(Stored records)
%%

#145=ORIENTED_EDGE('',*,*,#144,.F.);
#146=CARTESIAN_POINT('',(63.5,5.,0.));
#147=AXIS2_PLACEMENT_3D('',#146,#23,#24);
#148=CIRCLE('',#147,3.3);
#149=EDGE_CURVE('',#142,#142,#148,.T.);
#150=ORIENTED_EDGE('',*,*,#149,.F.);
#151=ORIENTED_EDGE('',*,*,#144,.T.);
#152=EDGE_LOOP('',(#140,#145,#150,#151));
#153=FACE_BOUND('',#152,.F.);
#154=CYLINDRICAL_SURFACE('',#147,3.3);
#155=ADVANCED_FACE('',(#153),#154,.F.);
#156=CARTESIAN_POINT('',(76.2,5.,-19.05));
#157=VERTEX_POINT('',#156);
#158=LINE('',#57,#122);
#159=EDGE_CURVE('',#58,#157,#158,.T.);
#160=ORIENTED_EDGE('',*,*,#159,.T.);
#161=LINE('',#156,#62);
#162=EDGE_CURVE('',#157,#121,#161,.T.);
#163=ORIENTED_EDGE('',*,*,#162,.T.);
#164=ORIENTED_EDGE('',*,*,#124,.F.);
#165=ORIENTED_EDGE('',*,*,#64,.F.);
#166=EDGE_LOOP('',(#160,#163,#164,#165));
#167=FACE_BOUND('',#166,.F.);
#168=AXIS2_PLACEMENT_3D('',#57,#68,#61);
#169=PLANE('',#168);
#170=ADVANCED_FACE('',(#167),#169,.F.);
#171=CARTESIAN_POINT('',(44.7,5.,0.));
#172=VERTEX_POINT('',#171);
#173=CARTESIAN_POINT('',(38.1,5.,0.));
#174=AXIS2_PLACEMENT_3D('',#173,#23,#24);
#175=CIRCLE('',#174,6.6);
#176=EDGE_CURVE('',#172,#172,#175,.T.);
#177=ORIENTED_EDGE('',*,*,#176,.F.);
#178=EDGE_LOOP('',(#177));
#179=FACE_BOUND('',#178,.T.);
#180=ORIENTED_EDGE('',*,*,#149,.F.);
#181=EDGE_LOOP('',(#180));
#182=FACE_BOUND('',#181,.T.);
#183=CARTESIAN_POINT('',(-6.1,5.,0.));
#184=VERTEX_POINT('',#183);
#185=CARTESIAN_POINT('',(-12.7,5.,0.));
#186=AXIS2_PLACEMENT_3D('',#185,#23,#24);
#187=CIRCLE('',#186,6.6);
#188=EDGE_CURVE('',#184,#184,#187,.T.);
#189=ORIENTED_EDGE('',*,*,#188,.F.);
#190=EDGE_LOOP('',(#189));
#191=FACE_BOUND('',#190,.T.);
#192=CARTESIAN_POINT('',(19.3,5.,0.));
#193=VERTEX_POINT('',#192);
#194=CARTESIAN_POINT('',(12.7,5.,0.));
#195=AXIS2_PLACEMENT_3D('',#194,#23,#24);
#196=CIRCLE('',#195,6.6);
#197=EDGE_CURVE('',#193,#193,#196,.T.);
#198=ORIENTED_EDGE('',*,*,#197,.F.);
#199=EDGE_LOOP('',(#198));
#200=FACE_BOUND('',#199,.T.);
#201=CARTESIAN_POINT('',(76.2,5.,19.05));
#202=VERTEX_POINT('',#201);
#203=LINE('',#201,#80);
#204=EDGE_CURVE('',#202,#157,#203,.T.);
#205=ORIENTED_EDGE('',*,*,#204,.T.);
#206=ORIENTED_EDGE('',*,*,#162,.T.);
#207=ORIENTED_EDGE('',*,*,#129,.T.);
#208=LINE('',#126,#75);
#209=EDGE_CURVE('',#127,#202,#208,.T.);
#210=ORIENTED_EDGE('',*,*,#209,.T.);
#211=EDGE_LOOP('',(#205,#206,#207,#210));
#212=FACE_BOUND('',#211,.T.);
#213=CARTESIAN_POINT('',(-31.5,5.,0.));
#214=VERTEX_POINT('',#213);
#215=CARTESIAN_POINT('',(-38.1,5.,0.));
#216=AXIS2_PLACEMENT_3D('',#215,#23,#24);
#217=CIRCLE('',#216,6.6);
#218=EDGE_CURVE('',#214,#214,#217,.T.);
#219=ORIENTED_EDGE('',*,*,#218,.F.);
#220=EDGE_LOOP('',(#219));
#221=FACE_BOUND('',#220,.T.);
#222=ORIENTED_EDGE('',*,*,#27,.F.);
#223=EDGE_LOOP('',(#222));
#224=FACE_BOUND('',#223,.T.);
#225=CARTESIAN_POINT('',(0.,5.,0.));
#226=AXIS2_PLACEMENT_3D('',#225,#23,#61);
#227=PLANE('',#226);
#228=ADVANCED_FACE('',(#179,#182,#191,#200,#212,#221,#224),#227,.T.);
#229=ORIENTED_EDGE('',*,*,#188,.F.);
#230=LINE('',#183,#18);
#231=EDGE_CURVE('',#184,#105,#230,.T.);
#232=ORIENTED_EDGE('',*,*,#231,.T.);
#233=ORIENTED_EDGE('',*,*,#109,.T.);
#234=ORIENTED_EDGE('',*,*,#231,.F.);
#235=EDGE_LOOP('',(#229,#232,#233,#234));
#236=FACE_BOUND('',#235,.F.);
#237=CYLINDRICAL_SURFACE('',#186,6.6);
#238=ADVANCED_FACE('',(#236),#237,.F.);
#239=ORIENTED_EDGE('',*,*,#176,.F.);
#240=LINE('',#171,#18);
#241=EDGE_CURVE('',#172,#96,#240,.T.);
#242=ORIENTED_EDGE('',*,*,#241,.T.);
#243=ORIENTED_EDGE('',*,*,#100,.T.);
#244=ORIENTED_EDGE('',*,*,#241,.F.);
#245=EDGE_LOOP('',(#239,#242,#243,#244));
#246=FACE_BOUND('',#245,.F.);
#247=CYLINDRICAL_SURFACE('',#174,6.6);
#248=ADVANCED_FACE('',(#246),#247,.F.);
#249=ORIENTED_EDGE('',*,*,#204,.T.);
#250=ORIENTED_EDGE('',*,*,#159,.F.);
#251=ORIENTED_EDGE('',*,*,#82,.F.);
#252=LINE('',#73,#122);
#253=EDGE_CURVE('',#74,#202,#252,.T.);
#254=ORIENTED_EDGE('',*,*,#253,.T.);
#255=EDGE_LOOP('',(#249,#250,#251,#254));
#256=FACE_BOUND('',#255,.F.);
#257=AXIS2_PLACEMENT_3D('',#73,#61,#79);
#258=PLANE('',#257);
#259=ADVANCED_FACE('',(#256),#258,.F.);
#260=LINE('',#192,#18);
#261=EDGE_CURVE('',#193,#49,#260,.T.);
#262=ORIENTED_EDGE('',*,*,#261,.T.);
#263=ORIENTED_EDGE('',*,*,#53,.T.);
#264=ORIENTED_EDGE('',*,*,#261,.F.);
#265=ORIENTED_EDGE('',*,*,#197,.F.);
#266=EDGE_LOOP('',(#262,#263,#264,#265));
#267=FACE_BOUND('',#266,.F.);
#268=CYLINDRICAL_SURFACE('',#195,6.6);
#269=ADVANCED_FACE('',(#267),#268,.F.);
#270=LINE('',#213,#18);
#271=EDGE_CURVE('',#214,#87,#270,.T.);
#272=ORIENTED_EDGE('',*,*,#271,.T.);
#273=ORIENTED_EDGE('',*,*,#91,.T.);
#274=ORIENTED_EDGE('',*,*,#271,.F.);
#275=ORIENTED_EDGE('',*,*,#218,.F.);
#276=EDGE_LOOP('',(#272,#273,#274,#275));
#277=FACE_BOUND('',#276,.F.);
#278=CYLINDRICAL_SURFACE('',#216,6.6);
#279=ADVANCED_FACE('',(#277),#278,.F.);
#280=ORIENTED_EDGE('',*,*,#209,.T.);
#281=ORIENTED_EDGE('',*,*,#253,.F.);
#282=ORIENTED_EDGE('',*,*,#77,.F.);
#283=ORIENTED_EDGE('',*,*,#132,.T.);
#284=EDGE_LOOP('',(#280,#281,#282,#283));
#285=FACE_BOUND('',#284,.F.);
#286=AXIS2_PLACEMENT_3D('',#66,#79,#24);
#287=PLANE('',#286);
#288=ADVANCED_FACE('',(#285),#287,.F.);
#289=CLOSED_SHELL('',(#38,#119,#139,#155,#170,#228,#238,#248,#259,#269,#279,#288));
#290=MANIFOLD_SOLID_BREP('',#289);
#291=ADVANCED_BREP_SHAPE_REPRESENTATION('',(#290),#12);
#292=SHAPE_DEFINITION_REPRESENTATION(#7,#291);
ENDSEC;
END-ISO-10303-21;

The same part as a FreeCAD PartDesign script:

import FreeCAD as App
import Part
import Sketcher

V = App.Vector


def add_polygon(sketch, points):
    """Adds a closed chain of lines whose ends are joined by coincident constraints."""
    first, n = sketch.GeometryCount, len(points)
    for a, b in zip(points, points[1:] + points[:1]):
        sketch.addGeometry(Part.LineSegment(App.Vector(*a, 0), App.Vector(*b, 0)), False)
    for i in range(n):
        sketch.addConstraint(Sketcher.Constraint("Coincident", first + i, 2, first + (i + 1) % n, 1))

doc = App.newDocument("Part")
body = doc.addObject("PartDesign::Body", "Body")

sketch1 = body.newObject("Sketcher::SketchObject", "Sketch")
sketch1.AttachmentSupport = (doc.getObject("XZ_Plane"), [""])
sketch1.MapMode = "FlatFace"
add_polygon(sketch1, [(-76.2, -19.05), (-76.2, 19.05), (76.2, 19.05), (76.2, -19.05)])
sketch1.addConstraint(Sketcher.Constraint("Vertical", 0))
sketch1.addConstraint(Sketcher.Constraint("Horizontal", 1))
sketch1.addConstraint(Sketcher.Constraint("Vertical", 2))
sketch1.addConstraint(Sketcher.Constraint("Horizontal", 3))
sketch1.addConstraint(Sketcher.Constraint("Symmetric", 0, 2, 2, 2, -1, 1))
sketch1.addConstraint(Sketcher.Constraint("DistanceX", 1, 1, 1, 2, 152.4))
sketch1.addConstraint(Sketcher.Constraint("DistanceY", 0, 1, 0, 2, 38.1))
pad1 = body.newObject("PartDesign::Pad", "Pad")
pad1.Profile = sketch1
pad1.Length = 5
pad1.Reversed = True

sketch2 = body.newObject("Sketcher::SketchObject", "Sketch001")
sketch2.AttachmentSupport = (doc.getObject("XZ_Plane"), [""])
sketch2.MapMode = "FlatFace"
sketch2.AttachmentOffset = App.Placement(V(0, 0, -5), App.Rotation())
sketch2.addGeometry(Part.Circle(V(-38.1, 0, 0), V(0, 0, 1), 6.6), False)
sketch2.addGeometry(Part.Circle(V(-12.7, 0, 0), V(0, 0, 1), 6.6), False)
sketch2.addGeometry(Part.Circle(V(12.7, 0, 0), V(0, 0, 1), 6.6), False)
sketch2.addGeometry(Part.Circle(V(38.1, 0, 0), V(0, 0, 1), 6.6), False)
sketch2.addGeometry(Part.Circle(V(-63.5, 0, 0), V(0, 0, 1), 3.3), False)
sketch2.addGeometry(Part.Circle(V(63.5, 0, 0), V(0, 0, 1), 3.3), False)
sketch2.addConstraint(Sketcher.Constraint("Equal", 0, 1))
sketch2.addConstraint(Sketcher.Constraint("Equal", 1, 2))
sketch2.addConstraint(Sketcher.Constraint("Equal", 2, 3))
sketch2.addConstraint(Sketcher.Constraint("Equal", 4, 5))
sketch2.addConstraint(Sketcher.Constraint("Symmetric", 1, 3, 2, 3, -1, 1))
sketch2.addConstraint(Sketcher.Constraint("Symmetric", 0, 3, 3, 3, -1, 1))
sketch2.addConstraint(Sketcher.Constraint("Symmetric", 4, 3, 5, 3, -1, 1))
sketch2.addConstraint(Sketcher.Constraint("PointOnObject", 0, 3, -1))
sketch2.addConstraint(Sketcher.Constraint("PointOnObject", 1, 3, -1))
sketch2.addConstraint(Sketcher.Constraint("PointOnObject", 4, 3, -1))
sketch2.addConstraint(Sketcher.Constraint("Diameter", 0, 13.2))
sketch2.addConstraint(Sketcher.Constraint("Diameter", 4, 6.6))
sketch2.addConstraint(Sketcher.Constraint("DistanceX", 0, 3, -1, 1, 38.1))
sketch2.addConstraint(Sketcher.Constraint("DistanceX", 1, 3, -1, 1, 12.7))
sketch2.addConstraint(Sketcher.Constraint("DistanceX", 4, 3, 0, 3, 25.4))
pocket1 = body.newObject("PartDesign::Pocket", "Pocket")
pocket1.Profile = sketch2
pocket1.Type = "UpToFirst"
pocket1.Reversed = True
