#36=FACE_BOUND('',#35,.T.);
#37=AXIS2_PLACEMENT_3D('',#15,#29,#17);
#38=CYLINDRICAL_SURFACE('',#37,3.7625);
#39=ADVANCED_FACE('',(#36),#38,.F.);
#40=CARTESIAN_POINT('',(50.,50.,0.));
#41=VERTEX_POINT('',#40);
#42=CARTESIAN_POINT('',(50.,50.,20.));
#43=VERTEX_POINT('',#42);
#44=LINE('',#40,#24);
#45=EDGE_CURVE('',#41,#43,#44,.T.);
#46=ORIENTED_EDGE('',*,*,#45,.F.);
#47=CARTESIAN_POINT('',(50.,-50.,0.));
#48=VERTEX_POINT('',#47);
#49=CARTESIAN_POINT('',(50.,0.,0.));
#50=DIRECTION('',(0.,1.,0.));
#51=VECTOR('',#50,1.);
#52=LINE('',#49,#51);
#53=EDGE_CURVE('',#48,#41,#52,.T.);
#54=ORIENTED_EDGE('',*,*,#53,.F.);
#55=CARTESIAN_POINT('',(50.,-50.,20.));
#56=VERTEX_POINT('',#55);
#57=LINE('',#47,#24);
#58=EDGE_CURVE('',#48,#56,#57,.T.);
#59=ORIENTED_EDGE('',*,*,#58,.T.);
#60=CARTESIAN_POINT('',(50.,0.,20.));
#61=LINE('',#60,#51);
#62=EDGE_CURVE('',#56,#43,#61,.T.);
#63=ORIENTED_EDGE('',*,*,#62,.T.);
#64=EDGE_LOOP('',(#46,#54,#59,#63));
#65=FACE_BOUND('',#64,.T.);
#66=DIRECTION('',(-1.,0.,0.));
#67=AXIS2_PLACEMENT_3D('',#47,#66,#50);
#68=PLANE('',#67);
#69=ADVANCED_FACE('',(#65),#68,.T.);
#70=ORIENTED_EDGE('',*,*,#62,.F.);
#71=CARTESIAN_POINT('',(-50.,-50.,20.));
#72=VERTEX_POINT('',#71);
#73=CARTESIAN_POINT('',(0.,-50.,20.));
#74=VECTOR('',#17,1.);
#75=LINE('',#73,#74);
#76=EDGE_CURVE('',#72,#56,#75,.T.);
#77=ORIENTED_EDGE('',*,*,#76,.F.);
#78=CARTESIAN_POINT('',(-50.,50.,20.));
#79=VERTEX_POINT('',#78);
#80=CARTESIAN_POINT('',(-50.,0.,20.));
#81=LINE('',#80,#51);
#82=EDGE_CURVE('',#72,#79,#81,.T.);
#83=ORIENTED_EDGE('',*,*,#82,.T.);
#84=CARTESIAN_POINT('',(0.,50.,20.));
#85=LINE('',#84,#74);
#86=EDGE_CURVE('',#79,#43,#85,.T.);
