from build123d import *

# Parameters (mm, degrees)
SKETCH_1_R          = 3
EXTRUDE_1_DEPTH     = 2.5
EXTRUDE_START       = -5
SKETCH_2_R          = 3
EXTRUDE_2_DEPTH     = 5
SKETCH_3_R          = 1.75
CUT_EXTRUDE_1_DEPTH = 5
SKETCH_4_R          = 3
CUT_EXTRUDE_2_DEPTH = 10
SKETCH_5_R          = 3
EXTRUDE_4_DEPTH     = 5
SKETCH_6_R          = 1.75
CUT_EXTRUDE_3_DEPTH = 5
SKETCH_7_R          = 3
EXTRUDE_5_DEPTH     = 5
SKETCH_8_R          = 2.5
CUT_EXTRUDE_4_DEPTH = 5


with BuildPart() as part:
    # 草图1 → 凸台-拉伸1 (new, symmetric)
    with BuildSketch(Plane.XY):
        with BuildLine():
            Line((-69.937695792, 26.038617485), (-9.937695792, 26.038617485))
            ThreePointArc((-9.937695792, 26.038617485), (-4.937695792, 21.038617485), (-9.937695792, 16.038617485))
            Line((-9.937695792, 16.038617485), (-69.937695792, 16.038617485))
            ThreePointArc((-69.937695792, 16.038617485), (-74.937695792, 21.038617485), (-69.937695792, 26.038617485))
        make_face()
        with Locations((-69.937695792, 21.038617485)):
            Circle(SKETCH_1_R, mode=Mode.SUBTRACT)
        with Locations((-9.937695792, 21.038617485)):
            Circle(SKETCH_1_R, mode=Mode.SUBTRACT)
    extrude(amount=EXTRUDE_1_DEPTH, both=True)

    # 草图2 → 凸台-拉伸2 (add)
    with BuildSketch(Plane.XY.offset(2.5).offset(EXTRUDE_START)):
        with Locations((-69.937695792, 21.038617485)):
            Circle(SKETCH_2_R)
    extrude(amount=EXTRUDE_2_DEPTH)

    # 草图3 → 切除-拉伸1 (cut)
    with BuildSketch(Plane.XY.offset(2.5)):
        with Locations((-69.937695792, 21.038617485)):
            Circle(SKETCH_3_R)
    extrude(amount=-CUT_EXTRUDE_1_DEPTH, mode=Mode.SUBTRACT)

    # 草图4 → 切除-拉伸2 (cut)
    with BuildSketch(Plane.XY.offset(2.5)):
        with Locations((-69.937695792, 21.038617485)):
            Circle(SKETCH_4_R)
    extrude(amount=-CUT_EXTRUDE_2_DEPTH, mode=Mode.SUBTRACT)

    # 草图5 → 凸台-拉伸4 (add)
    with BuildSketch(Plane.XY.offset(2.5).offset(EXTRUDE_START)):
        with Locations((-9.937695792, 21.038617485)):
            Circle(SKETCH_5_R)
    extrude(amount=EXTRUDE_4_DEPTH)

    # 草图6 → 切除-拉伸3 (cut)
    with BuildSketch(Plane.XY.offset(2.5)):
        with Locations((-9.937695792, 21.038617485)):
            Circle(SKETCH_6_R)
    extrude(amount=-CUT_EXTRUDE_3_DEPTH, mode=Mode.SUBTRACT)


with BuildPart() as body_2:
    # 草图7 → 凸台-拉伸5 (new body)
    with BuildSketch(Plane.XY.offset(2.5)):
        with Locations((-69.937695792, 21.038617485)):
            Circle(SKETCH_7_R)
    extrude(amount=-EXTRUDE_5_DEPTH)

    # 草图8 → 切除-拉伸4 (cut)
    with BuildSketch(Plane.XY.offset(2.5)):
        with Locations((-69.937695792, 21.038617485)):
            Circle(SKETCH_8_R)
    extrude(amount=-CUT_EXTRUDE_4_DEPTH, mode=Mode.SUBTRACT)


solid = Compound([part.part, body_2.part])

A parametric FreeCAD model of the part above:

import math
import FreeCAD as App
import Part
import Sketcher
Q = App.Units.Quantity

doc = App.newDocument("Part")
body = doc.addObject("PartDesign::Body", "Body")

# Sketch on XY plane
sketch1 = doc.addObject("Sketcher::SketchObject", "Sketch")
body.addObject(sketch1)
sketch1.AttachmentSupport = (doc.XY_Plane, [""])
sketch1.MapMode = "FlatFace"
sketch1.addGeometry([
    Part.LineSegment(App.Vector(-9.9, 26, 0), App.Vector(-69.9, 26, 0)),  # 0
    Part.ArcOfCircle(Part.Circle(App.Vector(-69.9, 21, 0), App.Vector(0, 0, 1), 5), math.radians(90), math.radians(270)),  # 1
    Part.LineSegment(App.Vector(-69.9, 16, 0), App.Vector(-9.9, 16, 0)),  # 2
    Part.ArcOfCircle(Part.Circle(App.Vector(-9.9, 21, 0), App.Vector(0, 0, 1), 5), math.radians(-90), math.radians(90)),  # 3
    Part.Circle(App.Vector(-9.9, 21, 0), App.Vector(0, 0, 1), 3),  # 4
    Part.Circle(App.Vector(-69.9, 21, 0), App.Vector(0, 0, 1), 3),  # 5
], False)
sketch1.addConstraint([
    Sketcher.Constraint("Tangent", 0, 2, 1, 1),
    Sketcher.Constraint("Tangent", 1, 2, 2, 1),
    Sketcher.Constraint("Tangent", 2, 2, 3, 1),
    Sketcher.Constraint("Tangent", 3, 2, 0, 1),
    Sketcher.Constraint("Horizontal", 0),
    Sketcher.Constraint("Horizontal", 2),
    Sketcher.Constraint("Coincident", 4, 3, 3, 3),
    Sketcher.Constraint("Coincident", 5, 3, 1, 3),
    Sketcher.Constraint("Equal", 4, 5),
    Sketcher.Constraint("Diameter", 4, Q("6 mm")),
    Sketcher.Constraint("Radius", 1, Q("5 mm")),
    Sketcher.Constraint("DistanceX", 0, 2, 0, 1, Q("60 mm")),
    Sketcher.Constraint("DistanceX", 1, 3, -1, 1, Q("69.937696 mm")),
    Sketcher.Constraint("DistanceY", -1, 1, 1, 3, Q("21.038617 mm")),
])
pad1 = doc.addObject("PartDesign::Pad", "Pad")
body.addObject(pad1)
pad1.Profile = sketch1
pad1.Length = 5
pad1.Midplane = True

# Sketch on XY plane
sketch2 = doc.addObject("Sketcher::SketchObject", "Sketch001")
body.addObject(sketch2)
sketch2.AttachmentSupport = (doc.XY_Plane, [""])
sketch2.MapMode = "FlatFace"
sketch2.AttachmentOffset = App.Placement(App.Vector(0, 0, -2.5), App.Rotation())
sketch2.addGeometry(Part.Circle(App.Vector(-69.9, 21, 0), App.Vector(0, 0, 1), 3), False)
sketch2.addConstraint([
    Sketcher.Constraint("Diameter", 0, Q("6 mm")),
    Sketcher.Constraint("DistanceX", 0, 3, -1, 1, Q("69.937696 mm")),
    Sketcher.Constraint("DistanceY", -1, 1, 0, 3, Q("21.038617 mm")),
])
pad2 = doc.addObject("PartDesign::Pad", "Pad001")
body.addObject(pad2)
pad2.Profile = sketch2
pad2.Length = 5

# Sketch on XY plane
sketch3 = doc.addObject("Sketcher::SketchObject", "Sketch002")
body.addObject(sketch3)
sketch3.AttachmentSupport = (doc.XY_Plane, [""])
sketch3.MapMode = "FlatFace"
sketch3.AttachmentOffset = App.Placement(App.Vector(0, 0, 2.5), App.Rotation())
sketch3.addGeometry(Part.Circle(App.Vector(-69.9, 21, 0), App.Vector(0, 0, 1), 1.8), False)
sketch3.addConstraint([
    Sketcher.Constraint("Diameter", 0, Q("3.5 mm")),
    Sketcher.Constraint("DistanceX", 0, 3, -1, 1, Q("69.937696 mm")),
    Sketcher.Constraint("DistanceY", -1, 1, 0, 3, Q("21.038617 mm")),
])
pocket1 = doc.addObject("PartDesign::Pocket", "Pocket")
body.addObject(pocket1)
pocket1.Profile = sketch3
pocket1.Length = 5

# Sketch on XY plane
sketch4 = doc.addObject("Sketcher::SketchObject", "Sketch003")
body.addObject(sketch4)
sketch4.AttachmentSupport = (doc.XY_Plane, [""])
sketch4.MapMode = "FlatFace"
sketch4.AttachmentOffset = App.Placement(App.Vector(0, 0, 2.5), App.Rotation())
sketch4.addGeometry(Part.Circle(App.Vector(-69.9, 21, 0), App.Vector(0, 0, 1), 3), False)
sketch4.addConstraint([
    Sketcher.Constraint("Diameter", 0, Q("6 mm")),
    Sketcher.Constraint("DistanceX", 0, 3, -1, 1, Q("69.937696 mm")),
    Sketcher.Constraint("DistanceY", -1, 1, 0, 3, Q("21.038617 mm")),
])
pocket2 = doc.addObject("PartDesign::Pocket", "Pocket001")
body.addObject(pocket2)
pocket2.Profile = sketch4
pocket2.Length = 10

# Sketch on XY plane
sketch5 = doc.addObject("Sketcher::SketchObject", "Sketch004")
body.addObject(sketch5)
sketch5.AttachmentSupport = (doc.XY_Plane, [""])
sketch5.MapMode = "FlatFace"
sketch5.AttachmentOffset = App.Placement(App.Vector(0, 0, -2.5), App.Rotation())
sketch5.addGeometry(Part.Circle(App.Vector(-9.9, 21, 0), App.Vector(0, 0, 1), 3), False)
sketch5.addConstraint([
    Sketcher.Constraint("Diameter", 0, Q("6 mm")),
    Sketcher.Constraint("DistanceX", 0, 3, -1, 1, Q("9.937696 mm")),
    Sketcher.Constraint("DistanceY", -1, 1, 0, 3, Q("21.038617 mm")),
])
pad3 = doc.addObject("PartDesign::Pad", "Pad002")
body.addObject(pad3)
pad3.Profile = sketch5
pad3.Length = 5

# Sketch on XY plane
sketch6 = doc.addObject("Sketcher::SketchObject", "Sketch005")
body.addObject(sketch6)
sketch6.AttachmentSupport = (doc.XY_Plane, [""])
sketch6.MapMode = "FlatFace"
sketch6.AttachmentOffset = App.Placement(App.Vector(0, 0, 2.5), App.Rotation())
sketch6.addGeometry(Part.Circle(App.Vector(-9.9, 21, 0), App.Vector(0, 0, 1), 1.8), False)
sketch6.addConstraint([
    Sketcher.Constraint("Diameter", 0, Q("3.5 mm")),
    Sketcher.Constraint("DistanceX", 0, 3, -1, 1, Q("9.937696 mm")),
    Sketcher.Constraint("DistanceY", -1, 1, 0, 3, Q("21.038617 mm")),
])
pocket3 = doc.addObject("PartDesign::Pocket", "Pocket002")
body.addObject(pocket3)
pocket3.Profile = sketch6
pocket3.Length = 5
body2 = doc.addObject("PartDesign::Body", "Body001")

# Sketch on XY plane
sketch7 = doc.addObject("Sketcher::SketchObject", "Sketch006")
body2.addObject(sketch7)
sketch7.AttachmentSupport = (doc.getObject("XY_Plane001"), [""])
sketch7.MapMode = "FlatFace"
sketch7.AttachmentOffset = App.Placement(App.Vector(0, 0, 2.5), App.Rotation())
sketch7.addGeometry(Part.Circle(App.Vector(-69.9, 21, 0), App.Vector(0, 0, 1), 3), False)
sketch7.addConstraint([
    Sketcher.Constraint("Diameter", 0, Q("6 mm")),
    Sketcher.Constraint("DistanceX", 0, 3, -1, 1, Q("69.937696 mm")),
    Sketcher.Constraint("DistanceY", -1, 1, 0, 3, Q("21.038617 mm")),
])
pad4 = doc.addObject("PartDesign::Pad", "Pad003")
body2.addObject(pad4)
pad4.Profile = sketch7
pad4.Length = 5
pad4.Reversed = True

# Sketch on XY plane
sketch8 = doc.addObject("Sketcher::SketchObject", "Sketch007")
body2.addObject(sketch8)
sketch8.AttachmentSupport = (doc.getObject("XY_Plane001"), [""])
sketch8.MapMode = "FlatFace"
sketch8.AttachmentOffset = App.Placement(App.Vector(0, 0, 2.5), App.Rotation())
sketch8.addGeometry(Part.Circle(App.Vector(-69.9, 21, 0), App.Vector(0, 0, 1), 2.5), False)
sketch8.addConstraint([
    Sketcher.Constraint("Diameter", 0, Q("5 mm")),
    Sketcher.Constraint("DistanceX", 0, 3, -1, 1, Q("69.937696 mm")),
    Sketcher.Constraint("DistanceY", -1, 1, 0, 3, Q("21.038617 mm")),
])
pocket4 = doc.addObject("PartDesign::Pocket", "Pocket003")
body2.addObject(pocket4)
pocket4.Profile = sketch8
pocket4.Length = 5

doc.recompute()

%%

_What is being asked_. Up to and including the line with "#164=ORIENTED_EDGE('',*,*,#124,.F.);", transcribe the entries above exactly, starting from their first line.

_Exercise result_.
#145=ORIENTED_EDGE('',*,*,#144,.F.);
#146=CARTESIAN_POINT('',(63.5,5.,0.));
#147=AXIS2_PLACEMENT_3D('',#146,#23,#24);
#148=CIRCLE('',#147,3.3);
#149=EDGE_CURVE('',#142,#142,#148,.T.);
#150=ORIENTED_EDGE('',*,*,#149,.F.);
#151=ORIENTED_EDGE('',*,*,#144,.T.);
#152=EDGE_LOOP('',(#140,#145,#150,#151));
#153=FACE_BOUND('',#152,.F.);
#154=CYLINDRICAL_SURFACE('',#147,3.3);
#155=ADVANCED_FACE('',(#153),#154,.F.);
#156=CARTESIAN_POINT('',(76.2,5.,-19.05));
#157=VERTEX_POINT('',#156);
#158=LINE('',#57,#122);
#159=EDGE_CURVE('',#58,#157,#158,.T.);
#160=ORIENTED_EDGE('',*,*,#159,.T.);
#161=LINE('',#156,#62);
#162=EDGE_CURVE('',#157,#121,#161,.T.);
#163=ORIENTED_EDGE('',*,*,#162,.T.);
#164=ORIENTED_EDGE('',*,*,#124,.F.);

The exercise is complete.